What Bloomberg Economics Says…

“The November slowdown in the Fed’s preferred price measure, the PCE deflator, adds to evidence of near-term downward momentum for inflation…Nonetheless, strong wage earnings and real incomes They suggest that the job market has yet to cool significantly, and officials are unlikely to see this report as convincing enough to make them back away from a terminal federal funds rate above 5%. —Anna Wong and Eliza Winger, economists.

Other parts of the economy are showing more noticeable impact from the Fed’s most intense tightening cycle since the early 1980s, separate government data showed on Friday.

Orders placed with US manufacturers of non-defense capital goods, except aircraft, rose 0.2% in November after a sharp downward revision from the previous month, and total durable goods stocks plunged a 2.1%, the biggest drop since April 2020.

The housing market, which is particularly sensitive to changes in interest rates, may be stabilizing as mortgage rates recede from a two-decade high.

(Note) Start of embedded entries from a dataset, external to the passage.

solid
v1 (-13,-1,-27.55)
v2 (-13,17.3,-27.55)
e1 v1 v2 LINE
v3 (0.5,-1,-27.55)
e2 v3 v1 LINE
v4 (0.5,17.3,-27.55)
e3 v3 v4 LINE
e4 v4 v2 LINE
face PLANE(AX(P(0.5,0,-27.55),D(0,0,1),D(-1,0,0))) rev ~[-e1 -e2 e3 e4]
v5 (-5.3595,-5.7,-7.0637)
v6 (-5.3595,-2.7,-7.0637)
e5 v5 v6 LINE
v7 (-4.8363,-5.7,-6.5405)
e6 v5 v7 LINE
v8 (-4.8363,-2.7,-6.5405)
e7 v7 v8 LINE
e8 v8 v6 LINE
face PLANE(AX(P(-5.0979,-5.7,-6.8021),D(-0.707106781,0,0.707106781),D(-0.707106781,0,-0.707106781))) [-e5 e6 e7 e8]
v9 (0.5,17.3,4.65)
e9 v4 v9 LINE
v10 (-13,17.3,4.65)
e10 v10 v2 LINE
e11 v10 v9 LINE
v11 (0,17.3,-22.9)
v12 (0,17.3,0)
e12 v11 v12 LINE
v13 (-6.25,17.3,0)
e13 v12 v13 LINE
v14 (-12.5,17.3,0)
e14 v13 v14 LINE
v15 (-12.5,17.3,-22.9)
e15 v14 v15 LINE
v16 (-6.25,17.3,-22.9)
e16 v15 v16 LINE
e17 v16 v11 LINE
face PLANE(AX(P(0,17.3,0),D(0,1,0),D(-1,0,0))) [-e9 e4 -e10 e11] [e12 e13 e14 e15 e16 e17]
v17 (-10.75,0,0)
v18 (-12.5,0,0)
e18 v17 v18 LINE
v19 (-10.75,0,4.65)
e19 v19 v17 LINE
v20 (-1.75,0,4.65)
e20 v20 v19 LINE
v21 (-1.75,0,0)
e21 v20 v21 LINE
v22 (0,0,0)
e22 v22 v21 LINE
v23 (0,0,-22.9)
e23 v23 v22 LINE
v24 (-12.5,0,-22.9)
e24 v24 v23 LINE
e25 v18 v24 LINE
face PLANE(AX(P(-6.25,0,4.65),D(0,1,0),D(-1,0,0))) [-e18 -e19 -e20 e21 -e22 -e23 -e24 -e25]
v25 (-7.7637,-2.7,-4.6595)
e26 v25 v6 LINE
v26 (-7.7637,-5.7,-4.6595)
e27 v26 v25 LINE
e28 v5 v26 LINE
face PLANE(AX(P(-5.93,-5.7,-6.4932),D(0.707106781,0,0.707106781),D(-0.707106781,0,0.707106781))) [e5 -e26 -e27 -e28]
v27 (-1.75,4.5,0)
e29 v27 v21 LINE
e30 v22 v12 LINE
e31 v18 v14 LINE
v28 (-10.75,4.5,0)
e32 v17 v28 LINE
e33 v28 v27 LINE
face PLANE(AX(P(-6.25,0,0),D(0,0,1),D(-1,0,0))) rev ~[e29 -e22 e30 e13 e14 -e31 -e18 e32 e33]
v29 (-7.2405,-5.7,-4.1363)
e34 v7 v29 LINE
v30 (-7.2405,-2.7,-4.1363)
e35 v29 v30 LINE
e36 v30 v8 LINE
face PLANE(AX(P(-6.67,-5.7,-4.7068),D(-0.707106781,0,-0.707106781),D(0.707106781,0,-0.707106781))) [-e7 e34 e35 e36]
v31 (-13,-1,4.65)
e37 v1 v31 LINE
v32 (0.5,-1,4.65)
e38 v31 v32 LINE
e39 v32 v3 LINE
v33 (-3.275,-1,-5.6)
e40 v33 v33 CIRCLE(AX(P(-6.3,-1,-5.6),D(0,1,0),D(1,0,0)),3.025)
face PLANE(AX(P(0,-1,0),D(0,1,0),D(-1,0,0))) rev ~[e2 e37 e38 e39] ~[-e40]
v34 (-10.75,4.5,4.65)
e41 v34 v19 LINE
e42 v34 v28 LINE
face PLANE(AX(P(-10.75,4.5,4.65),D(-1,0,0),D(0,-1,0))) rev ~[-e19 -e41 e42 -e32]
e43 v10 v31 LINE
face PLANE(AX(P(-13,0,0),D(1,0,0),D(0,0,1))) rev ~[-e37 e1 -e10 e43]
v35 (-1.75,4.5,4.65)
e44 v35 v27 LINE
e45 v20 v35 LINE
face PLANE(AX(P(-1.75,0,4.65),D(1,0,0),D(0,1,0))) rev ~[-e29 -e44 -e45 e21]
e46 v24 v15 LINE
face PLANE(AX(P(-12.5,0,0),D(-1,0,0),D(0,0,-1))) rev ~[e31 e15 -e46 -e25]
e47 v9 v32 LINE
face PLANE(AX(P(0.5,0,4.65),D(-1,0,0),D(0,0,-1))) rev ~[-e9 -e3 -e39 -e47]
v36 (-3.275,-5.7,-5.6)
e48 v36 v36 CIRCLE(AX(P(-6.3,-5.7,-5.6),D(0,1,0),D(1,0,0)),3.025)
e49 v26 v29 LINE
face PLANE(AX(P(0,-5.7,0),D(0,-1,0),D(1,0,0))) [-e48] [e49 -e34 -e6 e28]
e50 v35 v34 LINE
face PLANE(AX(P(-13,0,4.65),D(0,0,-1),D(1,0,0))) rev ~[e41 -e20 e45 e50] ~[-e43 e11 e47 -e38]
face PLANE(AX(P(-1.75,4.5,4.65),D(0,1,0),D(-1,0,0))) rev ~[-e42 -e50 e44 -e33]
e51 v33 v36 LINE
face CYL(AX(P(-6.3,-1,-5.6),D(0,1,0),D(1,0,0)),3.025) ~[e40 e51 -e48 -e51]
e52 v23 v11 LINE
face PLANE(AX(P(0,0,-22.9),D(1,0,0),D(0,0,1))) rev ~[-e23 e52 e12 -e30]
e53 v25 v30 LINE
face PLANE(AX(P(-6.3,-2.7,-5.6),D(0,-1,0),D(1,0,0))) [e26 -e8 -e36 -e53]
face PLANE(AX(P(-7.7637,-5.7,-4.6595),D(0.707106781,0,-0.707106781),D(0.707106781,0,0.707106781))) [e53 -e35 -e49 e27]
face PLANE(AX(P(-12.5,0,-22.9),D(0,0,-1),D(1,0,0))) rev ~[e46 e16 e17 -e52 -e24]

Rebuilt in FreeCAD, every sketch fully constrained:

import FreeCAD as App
import Part
import Sketcher
from FreeCAD import Vector
Q = App.Units.Quantity

doc = App.newDocument("Part")
body = doc.addObject("PartDesign::Body", "Body")

# Sketch on XZ plane
sketch1 = doc.addObject("Sketcher::SketchObject", "Sketch")
body.addObject(sketch1)
sketch1.AttachmentSupport = (doc.XZ_Plane, [""])
sketch1.MapMode = "FlatFace"
sketch1.addGeometry(Part.LineSegment(Vector(0, 5, 0), Vector(0, -28, 0)), False)
sketch1.addGeometry(Part.LineSegment(Vector(0, -28, 0), Vector(-13, -28, 0)), False)
sketch1.addGeometry(Part.LineSegment(Vector(-13, -28, 0), Vector(-13, 5, 0)), False)
sketch1.addGeometry(Part.LineSegment(Vector(-13, 5, 0), Vector(0, 5, 0)), False)
sketch1.addGeometry(Part.LineSegment(Vector(0, -23, 0), Vector(0, 0, 0)), False)
sketch1.addGeometry(Part.LineSegment(Vector(0, 0, 0), Vector(-6, 0, 0)), False)
sketch1.addGeometry(Part.LineSegment(Vector(-6, 0, 0), Vector(-12, 0, 0)), False)
sketch1.addGeometry(Part.LineSegment(Vector(-12, 0, 0), Vector(-12, -23, 0)), False)
sketch1.addGeometry(Part.LineSegment(Vector(-12, -23, 0), Vector(-6, -23, 0)), False)
sketch1.addGeometry(Part.LineSegment(Vector(-6, -23, 0), Vector(0, -23, 0)), False)
sketch1.addConstraint(Sketcher.Constraint("Coincident", 0, 2, 1, 1))
sketch1.addConstraint(Sketcher.Constraint("Coincident", 1, 2, 2, 1))
sketch1.addConstraint(Sketcher.Constraint("Coincident", 2, 2, 3, 1))
sketch1.addConstraint(Sketcher.Constraint("Coincident", 3, 2, 0, 1))
sketch1.addConstraint(Sketcher.Constraint("Coincident", 4, 2, 5, 1))
sketch1.addConstraint(Sketcher.Constraint("Coincident", 5, 2, 6, 1))
sketch1.addConstraint(Sketcher.Constraint("Coincident", 6, 2, 7, 1))
sketch1.addConstraint(Sketcher.Constraint("Coincident", 7, 2, 8, 1))
sketch1.addConstraint(Sketcher.Constraint("Coincident", 8, 2, 9, 1))
sketch1.addConstraint(Sketcher.Constraint("Coincident", 9, 2, 4, 1))
sketch1.addConstraint(Sketcher.Constraint("Vertical", 0))
sketch1.addConstraint(Sketcher.Constraint("Horizontal", 1))
sketch1.addConstraint(Sketcher.Constraint("Vertical", 2))
sketch1.addConstraint(Sketcher.Constraint("Horizontal", 3))
sketch1.addConstraint(Sketcher.Constraint("Vertical", 4))
sketch1.addConstraint(Sketcher.Constraint("Horizontal", 5))
sketch1.addConstraint(Sketcher.Constraint("Horizontal", 6))
sketch1.addConstraint(Sketcher.Constraint("Vertical", 7))
sketch1.addConstraint(Sketcher.Constraint("Horizontal", 8))
sketch1.addConstraint(Sketcher.Constraint("Horizontal", 9))
sketch1.addConstraint(Sketcher.Constraint("Coincident", 4, 2, -1, 1))
sketch1.addConstraint(Sketcher.Constraint("Vertical", 5, 2, 8, 2))
sketch1.addConstraint(Sketcher.Constraint("Equal", 5, 6))
sketch1.addConstraint(Sketcher.Constraint("DistanceY", 4, 1, 4, 2, Q("22.9 mm")))
sketch1.addConstraint(Sketcher.Constraint("DistanceX", -1, 1, 0, 2, Q("0.5 mm")))
sketch1.addConstraint(Sketcher.Constraint("DistanceX", 6, 2, -1, 1, Q("12.5 mm")))
sketch1.addConstraint(Sketcher.Constraint("DistanceX", 2, 2, 6, 2, Q("0.5 mm")))
sketch1.addConstraint(Sketcher.Constraint("DistanceY", -1, 1, 2, 2, Q("4.65 mm")))
sketch1.addConstraint(Sketcher.Constraint("DistanceY", 1, 2, 7, 2, Q("4.65 mm")))
pad1 = doc.addObject("PartDesign::Pad", "Pad")
body.addObject(pad1)
pad1.Profile = sketch1
pad1.Length = 17.3
pad1.Reversed = True

# Sketch on XZ plane
sketch2 = doc.addObject("Sketcher::SketchObject", "Sketch001")
body.addObject(sketch2)
sketch2.AttachmentSupport = (doc.XZ_Plane, [""])
sketch2.MapMode = "FlatFace"
sketch2.addGeometry(Part.LineSegment(Vector(0, 5, 0), Vector(0, -28, 0)), False)
sketch2.addGeometry(Part.LineSegment(Vector(0, -28, 0), Vector(-13, -28, 0)), False)
sketch2.addGeometry(Part.LineSegment(Vector(-13, -28, 0), Vector(-13, 5, 0)), False)
sketch2.addGeometry(Part.LineSegment(Vector(-13, 5, 0), Vector(0, 5, 0)), False)
sketch2.addConstraint(Sketcher.Constraint("Coincident", 0, 2, 1, 1))
sketch2.addConstraint(Sketcher.Constraint("Coincident", 1, 2, 2, 1))
sketch2.addConstraint(Sketcher.Constraint("Coincident", 2, 2, 3, 1))
sketch2.addConstraint(Sketcher.Constraint("Coincident", 3, 2, 0, 1))
sketch2.addConstraint(Sketcher.Constraint("Vertical", 0))
sketch2.addConstraint(Sketcher.Constraint("Horizontal", 1))
sketch2.addConstraint(Sketcher.Constraint("Vertical", 2))
sketch2.addConstraint(Sketcher.Constraint("Horizontal", 3))
sketch2.addConstraint(Sketcher.Constraint("DistanceX", -1, 1, 0, 2, Q("0.5 mm")))
sketch2.addConstraint(Sketcher.Constraint("DistanceY", -1, 1, 2, 2, Q("4.65 mm")))
sketch2.addConstraint(Sketcher.Constraint("DistanceX", 1, 2, 1, 1, Q("13.5 mm")))
sketch2.addConstraint(Sketcher.Constraint("DistanceY", 0, 2, 0, 1, Q("32.2 mm")))
pad2 = doc.addObject("PartDesign::Pad", "Pad001")
body.addObject(pad2)
pad2.Profile = sketch2
pad2.Length = 1

# Sketch on XZ plane
sketch3 = doc.addObject("Sketcher::SketchObject", "Sketch002")
body.addObject(sketch3)
sketch3.AttachmentSupport = (doc.XZ_Plane, [""])
sketch3.MapMode = "FlatFace"
sketch3.AttachmentOffset = App.Placement(Vector(0, 0, 1), App.Rotation())
sketch3.addGeometry(Part.Circle(Vector(-6.3, -5.6, 0), Vector(0, 0, 1), 3), False)
sketch3.addConstraint(Sketcher.Constraint("Diameter", 0, Q("6.05 mm")))
sketch3.addConstraint(Sketcher.Constraint("DistanceY", 0, 3, -1, 1, Q("5.6 mm")))
sketch3.addConstraint(Sketcher.Constraint("DistanceX", 0, 3, -1, 1, Q("6.3 mm")))
pad3 = doc.addObject("PartDesign::Pad", "Pad002")
body.addObject(pad3)
pad3.Profile = sketch3
pad3.Length = 4.7

# Sketch on XY plane
sketch4 = doc.addObject("Sketcher::SketchObject", "Sketch003")
body.addObject(sketch4)
sketch4.AttachmentSupport = (doc.XY_Plane, [""])
sketch4.MapMode = "FlatFace"
sketch4.AttachmentOffset = App.Placement(Vector(0, 0, 4.65), App.Rotation())
sketch4.addGeometry(Part.LineSegment(Vector(-10.8, 0, 0), Vector(-1.8, 0, 0)), False)
sketch4.addGeometry(Part.LineSegment(Vector(-1.8, 0, 0), Vector(-1.8, 4.5, 0)), False)
sketch4.addGeometry(Part.LineSegment(Vector(-1.8, 4.5, 0), Vector(-10.8, 4.5, 0)), False)
sketch4.addGeometry(Part.LineSegment(Vector(-10.8, 4.5, 0), Vector(-10.8, 0, 0)), False)
sketch4.addConstraint(Sketcher.Constraint("Coincident", 0, 2, 1, 1))
sketch4.addConstraint(Sketcher.Constraint("Coincident", 1, 2, 2, 1))
sketch4.addConstraint(Sketcher.Constraint("Coincident", 2, 2, 3, 1))
sketch4.addConstraint(Sketcher.Constraint("Coincident", 3, 2, 0, 1))
sketch4.addConstraint(Sketcher.Constraint("Horizontal", 0))
sketch4.addConstraint(Sketcher.Constraint("Vertical", 1))
sketch4.addConstraint(Sketcher.Constraint("Horizontal", 2))
sketch4.addConstraint(Sketcher.Constraint("Vertical", 3))
sketch4.addConstraint(Sketcher.Constraint("PointOnObject", 0, 2, -1))
sketch4.addConstraint(Sketcher.Constraint("DistanceX", 0, 1, 0, 2, Q("9 mm")))
sketch4.addConstraint(Sketcher.Constraint("DistanceY", 1, 1, 1, 2, Q("4.5 mm")))
sketch4.addConstraint(Sketcher.Constraint("DistanceX", 0, 2, -1, 1, Q("1.75 mm")))
pocket1 = doc.addObject("PartDesign::Pocket", "Pocket")
body.addObject(pocket1)
pocket1.Profile = sketch4
pocket1.Type = "UpToFirst"

# Sketch on XZ plane
sketch5 = doc.addObject("Sketcher::SketchObject", "Sketch004")
body.addObject(sketch5)
sketch5.AttachmentSupport = (doc.XZ_Plane, [""])
sketch5.MapMode = "FlatFace"
sketch5.AttachmentOffset = App.Placement(Vector(0, 0, 5.7), App.Rotation())
sketch5.addGeometry(Part.LineSegment(Vector(-5.4, -7.1, 0), Vector(-4.8, -6.5, 0)), False)
sketch5.addGeometry(Part.LineSegment(Vector(-4.8, -6.5, 0), Vector(-7.2, -4.1, 0)), False)
sketch5.addGeometry(Part.LineSegment(Vector(-7.2, -4.1, 0), Vector(-7.8, -4.7, 0)), False)
sketch5.addGeometry(Part.LineSegment(Vector(-7.8, -4.7, 0), Vector(-5.4, -7.1, 0)), False)
sketch5.addConstraint(Sketcher.Constraint("Coincident", 0, 2, 1, 1))
sketch5.addConstraint(Sketcher.Constraint("Coincident", 1, 2, 2, 1))
sketch5.addConstraint(Sketcher.Constraint("Coincident", 2, 2, 3, 1))
sketch5.addConstraint(Sketcher.Constraint("Coincident", 3, 2, 0, 1))
sketch5.addConstraint(Sketcher.Constraint("Perpendicular", 0, 1))
sketch5.addConstraint(Sketcher.Constraint("Perpendicular", 1, 2))
sketch5.addConstraint(Sketcher.Constraint("Perpendicular", 2, 3))
sketch5.addConstraint(Sketcher.Constraint("Distance", 1, Q("3.4 mm")))
sketch5.addConstraint(Sketcher.Constraint("Distance", 0, Q("0.74 mm")))
sketch5.addConstraint(Sketcher.Constraint("Angle", 0, Q("45 deg")))
sketch5.addConstraint(Sketcher.Constraint("DistanceX", 0, 2, -1, 1, Q("4.8363 mm")))
sketch5.addConstraint(Sketcher.Constraint("DistanceY", 0, 2, -1, 1, Q("6.5405 mm")))
pocket2 = doc.addObject("PartDesign::Pocket", "Pocket001")
body.addObject(pocket2)
pocket2.Profile = sketch5
pocket2.Length = 3

doc.recompute()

New home sales rose unexpectedly in November for the second month, although the data is extremely volatile.

“I suspect builders are much more motivated sellers (especially given rising financing costs) than current homeowners, who don’t want to part with their mortgages at 3% or less”said Stephen Stanley, chief economist at Amherst Pierpont Securities LLC. in a note “This may explain why new home sales are rising while existing home sales are plummeting.”

Consumers are increasingly optimistic about the path of price pressures, with short-term and long-term inflation expectations falling this month, data from the University of Michigan showed. That reflected easing price pressures and relief at the gas pump, which boosted confidence, but the data reflects a high degree of uncertainty.

“While sentiment appears to have turned around from its all-time low in June, its trajectory, as well as that of consumer spending, will depend on the strength of labor markets and incomes”said Joanne Hsu, director of the survey.